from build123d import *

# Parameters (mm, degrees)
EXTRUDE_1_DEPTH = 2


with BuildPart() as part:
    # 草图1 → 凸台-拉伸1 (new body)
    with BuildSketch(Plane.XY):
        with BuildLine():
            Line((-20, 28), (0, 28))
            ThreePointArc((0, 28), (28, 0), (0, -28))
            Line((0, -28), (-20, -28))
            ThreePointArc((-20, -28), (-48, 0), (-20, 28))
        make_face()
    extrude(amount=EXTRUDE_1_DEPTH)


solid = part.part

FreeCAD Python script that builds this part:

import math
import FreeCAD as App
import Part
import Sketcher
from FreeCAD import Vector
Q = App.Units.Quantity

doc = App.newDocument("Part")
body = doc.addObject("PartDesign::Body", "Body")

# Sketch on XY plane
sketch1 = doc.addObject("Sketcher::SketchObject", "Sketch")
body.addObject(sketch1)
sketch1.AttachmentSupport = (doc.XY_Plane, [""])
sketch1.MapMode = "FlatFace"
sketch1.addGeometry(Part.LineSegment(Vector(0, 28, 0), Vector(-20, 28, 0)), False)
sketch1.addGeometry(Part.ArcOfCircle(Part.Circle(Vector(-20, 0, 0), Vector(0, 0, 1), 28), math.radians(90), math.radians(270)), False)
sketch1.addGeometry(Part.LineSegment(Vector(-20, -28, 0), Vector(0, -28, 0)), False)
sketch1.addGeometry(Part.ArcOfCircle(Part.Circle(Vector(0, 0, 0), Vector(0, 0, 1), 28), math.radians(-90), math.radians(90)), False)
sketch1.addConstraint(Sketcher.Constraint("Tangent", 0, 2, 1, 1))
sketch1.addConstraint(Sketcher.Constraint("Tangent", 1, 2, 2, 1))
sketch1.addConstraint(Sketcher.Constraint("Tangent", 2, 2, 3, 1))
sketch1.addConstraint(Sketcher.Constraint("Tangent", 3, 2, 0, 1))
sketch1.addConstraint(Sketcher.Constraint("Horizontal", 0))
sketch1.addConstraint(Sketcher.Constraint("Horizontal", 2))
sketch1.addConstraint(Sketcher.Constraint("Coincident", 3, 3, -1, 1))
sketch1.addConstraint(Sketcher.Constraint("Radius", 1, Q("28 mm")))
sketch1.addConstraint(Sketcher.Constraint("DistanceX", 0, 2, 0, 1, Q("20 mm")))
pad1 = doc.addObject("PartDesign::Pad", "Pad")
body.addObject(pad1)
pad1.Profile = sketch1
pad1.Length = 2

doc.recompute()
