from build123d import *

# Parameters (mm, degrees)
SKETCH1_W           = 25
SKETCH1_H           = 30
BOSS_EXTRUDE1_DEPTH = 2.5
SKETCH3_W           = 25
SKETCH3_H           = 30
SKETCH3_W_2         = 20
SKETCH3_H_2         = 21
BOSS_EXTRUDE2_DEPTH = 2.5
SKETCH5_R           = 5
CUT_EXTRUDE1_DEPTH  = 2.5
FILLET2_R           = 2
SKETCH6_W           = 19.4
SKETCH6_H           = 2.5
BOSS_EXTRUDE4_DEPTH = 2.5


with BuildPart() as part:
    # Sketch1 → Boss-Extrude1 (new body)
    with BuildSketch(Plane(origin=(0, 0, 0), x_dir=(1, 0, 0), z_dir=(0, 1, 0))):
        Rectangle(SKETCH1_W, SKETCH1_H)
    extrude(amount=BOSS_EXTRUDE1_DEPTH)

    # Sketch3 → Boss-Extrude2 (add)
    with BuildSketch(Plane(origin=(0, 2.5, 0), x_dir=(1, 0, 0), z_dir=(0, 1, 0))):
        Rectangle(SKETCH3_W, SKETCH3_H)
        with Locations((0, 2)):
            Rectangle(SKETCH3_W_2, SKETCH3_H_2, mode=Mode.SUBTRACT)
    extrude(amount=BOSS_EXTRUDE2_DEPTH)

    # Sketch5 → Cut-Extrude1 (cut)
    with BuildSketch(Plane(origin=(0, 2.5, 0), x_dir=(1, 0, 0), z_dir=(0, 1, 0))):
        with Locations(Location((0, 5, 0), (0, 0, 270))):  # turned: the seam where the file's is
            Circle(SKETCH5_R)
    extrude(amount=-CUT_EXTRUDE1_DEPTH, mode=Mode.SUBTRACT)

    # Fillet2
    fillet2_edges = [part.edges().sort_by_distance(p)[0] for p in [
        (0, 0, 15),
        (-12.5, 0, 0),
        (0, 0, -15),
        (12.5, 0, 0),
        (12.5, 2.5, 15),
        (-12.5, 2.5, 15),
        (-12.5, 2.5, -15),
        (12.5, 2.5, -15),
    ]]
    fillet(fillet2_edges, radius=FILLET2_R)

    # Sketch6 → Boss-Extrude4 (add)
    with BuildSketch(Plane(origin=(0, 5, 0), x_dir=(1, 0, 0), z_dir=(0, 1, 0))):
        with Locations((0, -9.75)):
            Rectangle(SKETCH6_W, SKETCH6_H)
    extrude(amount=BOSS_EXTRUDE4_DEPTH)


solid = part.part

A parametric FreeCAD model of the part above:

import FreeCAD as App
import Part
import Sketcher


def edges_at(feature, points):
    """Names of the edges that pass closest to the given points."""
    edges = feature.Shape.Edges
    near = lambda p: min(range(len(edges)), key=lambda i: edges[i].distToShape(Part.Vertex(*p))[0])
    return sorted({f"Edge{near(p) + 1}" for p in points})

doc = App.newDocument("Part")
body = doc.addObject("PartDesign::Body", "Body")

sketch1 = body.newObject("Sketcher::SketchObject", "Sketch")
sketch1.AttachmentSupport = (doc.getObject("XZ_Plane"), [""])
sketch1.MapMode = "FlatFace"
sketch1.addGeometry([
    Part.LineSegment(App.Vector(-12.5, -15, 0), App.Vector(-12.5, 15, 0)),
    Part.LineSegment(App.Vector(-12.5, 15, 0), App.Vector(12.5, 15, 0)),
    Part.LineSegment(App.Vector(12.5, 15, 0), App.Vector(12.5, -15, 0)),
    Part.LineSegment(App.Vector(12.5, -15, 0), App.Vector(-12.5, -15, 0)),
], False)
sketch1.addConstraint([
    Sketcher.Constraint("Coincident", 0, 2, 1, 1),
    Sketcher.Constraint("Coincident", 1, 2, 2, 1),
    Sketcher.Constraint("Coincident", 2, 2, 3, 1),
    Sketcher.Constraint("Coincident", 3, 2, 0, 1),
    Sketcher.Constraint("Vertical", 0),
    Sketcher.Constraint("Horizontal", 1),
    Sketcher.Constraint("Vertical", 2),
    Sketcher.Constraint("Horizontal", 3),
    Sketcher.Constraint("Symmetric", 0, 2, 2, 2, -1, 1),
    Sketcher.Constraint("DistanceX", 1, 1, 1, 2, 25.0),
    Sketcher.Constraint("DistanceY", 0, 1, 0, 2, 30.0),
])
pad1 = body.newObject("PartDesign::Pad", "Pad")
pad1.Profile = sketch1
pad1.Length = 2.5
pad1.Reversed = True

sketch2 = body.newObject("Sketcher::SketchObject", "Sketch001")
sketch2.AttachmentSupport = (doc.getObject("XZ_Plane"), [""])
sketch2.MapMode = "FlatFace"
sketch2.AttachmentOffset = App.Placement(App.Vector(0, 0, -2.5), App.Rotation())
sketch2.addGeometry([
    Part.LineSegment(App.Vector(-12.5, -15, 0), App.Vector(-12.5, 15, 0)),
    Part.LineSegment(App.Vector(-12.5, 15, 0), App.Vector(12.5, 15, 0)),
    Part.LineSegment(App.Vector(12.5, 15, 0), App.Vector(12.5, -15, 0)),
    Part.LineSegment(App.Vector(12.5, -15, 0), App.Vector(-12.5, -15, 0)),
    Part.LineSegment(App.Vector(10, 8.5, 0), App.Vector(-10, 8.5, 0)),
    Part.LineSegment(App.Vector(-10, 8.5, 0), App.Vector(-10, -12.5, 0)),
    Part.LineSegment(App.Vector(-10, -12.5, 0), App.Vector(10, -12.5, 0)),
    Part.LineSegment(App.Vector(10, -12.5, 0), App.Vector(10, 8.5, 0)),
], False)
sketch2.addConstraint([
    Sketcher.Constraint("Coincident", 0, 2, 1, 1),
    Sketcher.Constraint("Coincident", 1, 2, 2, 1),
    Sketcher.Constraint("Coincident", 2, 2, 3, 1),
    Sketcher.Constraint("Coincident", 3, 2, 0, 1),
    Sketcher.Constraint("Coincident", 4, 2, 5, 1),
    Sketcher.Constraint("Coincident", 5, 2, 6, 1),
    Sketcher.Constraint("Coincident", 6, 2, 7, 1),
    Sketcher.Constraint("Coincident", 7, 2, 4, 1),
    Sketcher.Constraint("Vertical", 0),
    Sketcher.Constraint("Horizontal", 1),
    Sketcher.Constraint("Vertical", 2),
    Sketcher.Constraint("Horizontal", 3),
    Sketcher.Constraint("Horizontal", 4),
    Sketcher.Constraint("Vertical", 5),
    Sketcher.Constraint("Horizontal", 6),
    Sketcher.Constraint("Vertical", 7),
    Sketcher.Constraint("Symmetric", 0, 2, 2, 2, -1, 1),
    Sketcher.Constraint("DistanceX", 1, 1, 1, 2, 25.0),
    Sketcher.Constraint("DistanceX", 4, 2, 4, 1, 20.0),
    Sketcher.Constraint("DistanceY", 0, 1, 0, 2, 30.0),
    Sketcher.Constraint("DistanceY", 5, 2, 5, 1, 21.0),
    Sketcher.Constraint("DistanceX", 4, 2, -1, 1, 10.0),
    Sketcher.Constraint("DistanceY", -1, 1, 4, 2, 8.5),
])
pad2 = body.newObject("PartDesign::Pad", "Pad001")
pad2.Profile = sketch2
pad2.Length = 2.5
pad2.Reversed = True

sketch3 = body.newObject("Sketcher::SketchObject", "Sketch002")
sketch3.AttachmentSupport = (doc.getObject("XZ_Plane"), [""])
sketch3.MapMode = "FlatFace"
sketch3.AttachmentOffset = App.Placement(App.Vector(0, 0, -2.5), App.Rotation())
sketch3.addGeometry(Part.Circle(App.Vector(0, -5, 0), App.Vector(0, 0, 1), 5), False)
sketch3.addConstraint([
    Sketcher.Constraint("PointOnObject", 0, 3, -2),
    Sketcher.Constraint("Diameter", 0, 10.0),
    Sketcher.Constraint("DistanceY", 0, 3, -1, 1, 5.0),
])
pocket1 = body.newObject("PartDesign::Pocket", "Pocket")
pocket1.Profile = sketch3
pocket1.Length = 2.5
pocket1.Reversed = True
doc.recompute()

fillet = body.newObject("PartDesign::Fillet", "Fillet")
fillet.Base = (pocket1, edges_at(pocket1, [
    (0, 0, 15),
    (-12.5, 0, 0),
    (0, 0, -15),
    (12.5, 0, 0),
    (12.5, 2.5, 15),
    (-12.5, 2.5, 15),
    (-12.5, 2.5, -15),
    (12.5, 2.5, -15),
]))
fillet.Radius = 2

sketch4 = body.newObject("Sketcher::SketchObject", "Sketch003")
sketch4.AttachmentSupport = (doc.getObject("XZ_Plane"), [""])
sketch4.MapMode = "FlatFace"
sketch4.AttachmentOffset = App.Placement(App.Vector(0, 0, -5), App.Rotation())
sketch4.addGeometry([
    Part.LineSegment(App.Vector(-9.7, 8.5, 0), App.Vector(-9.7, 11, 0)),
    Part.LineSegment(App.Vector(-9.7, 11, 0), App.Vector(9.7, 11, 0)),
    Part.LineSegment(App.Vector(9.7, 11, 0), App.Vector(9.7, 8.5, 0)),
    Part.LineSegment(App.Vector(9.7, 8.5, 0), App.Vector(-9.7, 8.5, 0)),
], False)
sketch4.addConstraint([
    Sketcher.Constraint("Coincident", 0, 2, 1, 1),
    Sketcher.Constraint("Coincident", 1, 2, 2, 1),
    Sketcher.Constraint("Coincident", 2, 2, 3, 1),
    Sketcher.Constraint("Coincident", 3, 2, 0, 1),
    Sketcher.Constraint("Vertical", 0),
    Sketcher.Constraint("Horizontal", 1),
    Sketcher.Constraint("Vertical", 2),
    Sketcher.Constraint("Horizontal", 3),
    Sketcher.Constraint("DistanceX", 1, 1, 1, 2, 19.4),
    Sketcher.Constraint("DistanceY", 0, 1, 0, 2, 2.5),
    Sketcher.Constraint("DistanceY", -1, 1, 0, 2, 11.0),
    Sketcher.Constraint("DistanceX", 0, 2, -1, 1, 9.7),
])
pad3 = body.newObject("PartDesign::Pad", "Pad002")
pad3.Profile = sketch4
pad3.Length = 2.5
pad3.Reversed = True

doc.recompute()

# # #

• What the exercise asks: Only the lines from the start of the data to the line holding "FreeCAD Python script" are wanted; return them exactly, both ends included.

• Result:
from build123d import *

# Parameters (mm, degrees)
EXTRUDE_1_DEPTH = 2


with BuildPart() as part:
    # 草图1 → 凸台-拉伸1 (new body)
    with BuildSketch(Plane.XY):
        with BuildLine():
            Line((-20, 28), (0, 28))
            ThreePointArc((0, 28), (28, 0), (0, -28))
            Line((0, -28), (-20, -28))
            ThreePointArc((-20, -28), (-48, 0), (-20, 28))
        make_face()
    extrude(amount=EXTRUDE_1_DEPTH)


solid = part.part

FreeCAD Python script that builds this part:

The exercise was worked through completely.